[Records from a collection]
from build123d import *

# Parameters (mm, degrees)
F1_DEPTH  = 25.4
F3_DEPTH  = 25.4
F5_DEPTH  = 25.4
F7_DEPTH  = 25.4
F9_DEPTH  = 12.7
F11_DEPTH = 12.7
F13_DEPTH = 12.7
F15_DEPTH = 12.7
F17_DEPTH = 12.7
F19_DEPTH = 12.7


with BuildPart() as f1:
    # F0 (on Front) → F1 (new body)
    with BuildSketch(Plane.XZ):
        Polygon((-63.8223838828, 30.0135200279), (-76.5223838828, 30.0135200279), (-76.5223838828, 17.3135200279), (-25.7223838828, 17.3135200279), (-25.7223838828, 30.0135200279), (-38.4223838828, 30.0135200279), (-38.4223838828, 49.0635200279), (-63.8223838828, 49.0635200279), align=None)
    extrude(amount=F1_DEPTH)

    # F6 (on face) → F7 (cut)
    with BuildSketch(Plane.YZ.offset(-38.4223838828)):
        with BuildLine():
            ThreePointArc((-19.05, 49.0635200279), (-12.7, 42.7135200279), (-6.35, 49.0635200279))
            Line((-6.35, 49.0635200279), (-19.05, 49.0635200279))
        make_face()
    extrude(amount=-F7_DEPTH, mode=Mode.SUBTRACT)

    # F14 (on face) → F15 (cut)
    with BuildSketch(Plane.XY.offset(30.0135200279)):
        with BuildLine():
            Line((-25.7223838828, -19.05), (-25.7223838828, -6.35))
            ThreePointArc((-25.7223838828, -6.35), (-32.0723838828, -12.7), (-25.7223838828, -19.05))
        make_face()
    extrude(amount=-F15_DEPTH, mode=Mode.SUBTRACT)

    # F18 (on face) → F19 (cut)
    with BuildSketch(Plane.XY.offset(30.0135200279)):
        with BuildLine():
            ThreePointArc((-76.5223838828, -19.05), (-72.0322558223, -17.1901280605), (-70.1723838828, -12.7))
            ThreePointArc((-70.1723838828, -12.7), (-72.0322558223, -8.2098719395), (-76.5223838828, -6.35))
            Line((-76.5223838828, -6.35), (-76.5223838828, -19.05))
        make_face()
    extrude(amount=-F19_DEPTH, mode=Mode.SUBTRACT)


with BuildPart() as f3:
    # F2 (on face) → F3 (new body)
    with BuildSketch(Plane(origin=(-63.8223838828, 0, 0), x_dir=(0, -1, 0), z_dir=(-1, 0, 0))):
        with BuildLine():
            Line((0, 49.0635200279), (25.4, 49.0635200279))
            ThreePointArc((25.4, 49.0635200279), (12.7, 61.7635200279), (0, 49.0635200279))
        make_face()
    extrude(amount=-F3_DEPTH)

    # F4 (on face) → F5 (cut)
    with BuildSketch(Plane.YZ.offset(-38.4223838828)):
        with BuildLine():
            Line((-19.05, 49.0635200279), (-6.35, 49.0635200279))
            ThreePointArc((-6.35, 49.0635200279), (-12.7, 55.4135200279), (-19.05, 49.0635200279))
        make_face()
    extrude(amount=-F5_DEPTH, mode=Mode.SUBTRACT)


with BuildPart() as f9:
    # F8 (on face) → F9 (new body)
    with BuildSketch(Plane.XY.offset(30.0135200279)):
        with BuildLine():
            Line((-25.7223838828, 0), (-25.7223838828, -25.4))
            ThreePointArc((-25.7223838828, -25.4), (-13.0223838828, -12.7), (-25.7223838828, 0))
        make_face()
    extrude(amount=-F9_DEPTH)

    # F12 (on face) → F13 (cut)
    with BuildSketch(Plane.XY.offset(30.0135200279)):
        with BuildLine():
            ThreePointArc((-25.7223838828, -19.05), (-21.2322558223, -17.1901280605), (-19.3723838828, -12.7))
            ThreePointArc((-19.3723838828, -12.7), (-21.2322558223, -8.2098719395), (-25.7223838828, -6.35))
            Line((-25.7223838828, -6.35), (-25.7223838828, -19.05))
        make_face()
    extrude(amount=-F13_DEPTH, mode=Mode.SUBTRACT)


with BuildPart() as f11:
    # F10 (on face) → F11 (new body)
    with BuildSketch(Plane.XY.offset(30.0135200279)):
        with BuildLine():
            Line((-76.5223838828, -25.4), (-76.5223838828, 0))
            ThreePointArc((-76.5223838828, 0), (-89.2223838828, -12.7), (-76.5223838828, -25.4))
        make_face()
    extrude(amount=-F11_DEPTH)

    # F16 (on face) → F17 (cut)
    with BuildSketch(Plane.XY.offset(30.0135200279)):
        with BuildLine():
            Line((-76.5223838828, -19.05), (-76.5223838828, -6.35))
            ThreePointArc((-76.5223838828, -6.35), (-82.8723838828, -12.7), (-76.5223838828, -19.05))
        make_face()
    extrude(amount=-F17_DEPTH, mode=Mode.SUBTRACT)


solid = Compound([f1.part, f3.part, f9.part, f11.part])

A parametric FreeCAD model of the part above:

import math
import FreeCAD as App
import Part
import Sketcher
Q = App.Units.Quantity


def add_polygon(sketch, points):
    """Adds a closed chain of lines whose ends are joined by coincident constraints."""
    first, n = sketch.GeometryCount, len(points)
    for a, b in zip(points, points[1:] + points[:1]):
        sketch.addGeometry(Part.LineSegment(App.Vector(*a, 0), App.Vector(*b, 0)), False)
    for i in range(n):
        sketch.addConstraint(Sketcher.Constraint("Coincident", first + i, 2, first + (i + 1) % n, 1))

doc = App.newDocument("Part")
body = doc.addObject("PartDesign::Body", "Body")

# Sketch on XZ plane
sketch1 = body.newObject("Sketcher::SketchObject", "Sketch")
sketch1.AttachmentSupport = (doc.getObject("XZ_Plane"), [""])
sketch1.MapMode = "FlatFace"
add_polygon(sketch1, [(-64, 30), (-77, 30), (-77, 17), (-26, 17), (-26, 30), (-38, 30), (-38, 49), (-64, 49)])  # lines 0-7
sketch1.addConstraint([
    Sketcher.Constraint("Horizontal", 0),
    Sketcher.Constraint("Vertical", 1),
    Sketcher.Constraint("Horizontal", 2),
    Sketcher.Constraint("Vertical", 3),
    Sketcher.Constraint("Horizontal", 4),
    Sketcher.Constraint("Vertical", 5),
    Sketcher.Constraint("Horizontal", 6),
    Sketcher.Constraint("Vertical", 7),
    Sketcher.Constraint("Horizontal", 0, 2, 3, 2),
    Sketcher.Constraint("Equal", 0, 4),
    Sketcher.Constraint("Equal", 4, 1),
    Sketcher.Constraint("DistanceX", 2, 1, 2, 2, Q("2 in")),
    Sketcher.Constraint("DistanceX", 6, 2, 6, 1, Q("1 in")),
    Sketcher.Constraint("DistanceY", 5, 1, 5, 2, Q("0.75 in")),
    Sketcher.Constraint("DistanceY", -1, 1, 0, 2, 30.01352),
    Sketcher.Constraint("DistanceX", 0, 2, -1, 1, 76.522384),
])
pad1 = body.newObject("PartDesign::Pad", "Pad")
pad1.Profile = sketch1
pad1.Length = Q("1 in")

# Sketch on YZ plane
sketch2 = body.newObject("Sketcher::SketchObject", "Sketch001")
sketch2.AttachmentSupport = (doc.getObject("YZ_Plane"), [""])
sketch2.MapMode = "FlatFace"
sketch2.AttachmentOffset = App.Placement(App.Vector(0, 0, -38.422384), App.Rotation())
sketch2.addGeometry([
    Part.ArcOfCircle(Part.Circle(App.Vector(-13, 49, 0), App.Vector(0, 0, 1), 6), math.radians(180), math.radians(360)),
    Part.LineSegment(App.Vector(-6, 49, 0), App.Vector(-19, 49, 0)),
], False)
sketch2.addConstraint([
    Sketcher.Constraint("Coincident", 0, 1, 1, 2),
    Sketcher.Constraint("Coincident", 1, 1, 0, 2),
    Sketcher.Constraint("Horizontal", 1),
    Sketcher.Constraint("Radius", 0, Q("0.25 in")),
    Sketcher.Constraint("DistanceX", 0, 3, -1, 1, Q("0.5 in")),
    Sketcher.Constraint("DistanceY", -1, 1, 0, 3, 49.06352),
    Sketcher.Constraint("DistanceY", -1, 1, 0, 1, 49.06352),
])
pocket1 = body.newObject("PartDesign::Pocket", "Pocket")
pocket1.Profile = sketch2
pocket1.Length = Q("1 in")

# Sketch on XY plane
sketch3 = body.newObject("Sketcher::SketchObject", "Sketch002")
sketch3.AttachmentSupport = (doc.getObject("XY_Plane"), [""])
sketch3.MapMode = "FlatFace"
sketch3.AttachmentOffset = App.Placement(App.Vector(0, 0, 30.01352), App.Rotation())
sketch3.addGeometry([
    Part.LineSegment(App.Vector(-26, -19, 0), App.Vector(-26, -6, 0)),
    Part.ArcOfCircle(Part.Circle(App.Vector(-26, -13, 0), App.Vector(0, 0, 1), 6), math.radians(90), math.radians(270)),
], False)
sketch3.addConstraint([
    Sketcher.Constraint("Coincident", 0, 1, 1, 2),
    Sketcher.Constraint("Coincident", 1, 1, 0, 2),
    Sketcher.Constraint("Vertical", 0),
    Sketcher.Constraint("Vertical", 1, 3, 0, 1),
    Sketcher.Constraint("Radius", 1, Q("0.25 in")),
    Sketcher.Constraint("DistanceY", 1, 3, -1, 1, Q("0.5 in")),
    Sketcher.Constraint("DistanceX", 1, 3, -1, 1, 25.722384),
])
pocket2 = body.newObject("PartDesign::Pocket", "Pocket001")
pocket2.Profile = sketch3
pocket2.Length = Q("0.5 in")

# Sketch on XY plane
sketch4 = body.newObject("Sketcher::SketchObject", "Sketch003")
sketch4.AttachmentSupport = (doc.getObject("XY_Plane"), [""])
sketch4.MapMode = "FlatFace"
sketch4.AttachmentOffset = App.Placement(App.Vector(0, 0, 30.01352), App.Rotation())
sketch4.addGeometry([
    Part.ArcOfCircle(Part.Circle(App.Vector(-77, -13, 0), App.Vector(0, 0, 1), 6), math.radians(-90), math.radians(0)),
    Part.ArcOfCircle(Part.Circle(App.Vector(-77, -13, 0), App.Vector(0, 0, 1), 6), math.radians(0), math.radians(90)),
    Part.LineSegment(App.Vector(-77, -6, 0), App.Vector(-77, -19, 0)),
], False)
sketch4.addConstraint([
    Sketcher.Constraint("Tangent", 0, 2, 1, 1),
    Sketcher.Constraint("Coincident", 1, 2, 2, 1),
    Sketcher.Constraint("Coincident", 2, 2, 0, 1),
    Sketcher.Constraint("Vertical", 2),
    Sketcher.Constraint("Equal", 0, 1),
    Sketcher.Constraint("Horizontal", 1, 3, 0, 2),
    Sketcher.Constraint("Vertical", 0, 3, 1, 2),
    Sketcher.Constraint("Radius", 0, Q("0.25 in")),
    Sketcher.Constraint("DistanceY", 0, 3, -1, 1, Q("0.5 in")),
    Sketcher.Constraint("DistanceX", 0, 3, -1, 1, 76.522384),
])
pocket3 = body.newObject("PartDesign::Pocket", "Pocket002")
pocket3.Profile = sketch4
pocket3.Length = Q("0.5 in")
body2 = doc.addObject("PartDesign::Body", "Body001")

# Sketch on YZ plane
sketch5 = body2.newObject("Sketcher::SketchObject", "Sketch004")
sketch5.AttachmentSupport = (doc.getObject("YZ_Plane001"), [""])
sketch5.MapMode = "FlatFace"
sketch5.AttachmentOffset = App.Placement(App.Vector(0, 0, -63.822384), App.Rotation())
sketch5.addGeometry([
    Part.LineSegment(App.Vector(0, 49, 0), App.Vector(-25, 49, 0)),
    Part.ArcOfCircle(Part.Circle(App.Vector(-13, 49, 0), App.Vector(0, 0, 1), 13), math.radians(0), math.radians(180)),
], False)
sketch5.addConstraint([
    Sketcher.Constraint("Coincident", 0, 1, 1, 1),
    Sketcher.Constraint("Coincident", 1, 2, 0, 2),
    Sketcher.Constraint("Horizontal", 0),
    Sketcher.Constraint("PointOnObject", 0, 1, -2),
    Sketcher.Constraint("Horizontal", 1, 3, 0, 1),
    Sketcher.Constraint("Radius", 1, Q("0.5 in")),
    Sketcher.Constraint("DistanceY", -1, 1, 1, 3, 49.06352),
])
pad2 = body2.newObject("PartDesign::Pad", "Pad001")
pad2.Profile = sketch5
pad2.Length = Q("1 in")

— Your task —
For each line above that includes "BuildPart", copy the line.

— Result of the exercise —
with BuildPart() as f1:
with BuildPart() as f3:
with BuildPart() as f9:
with BuildPart() as f11:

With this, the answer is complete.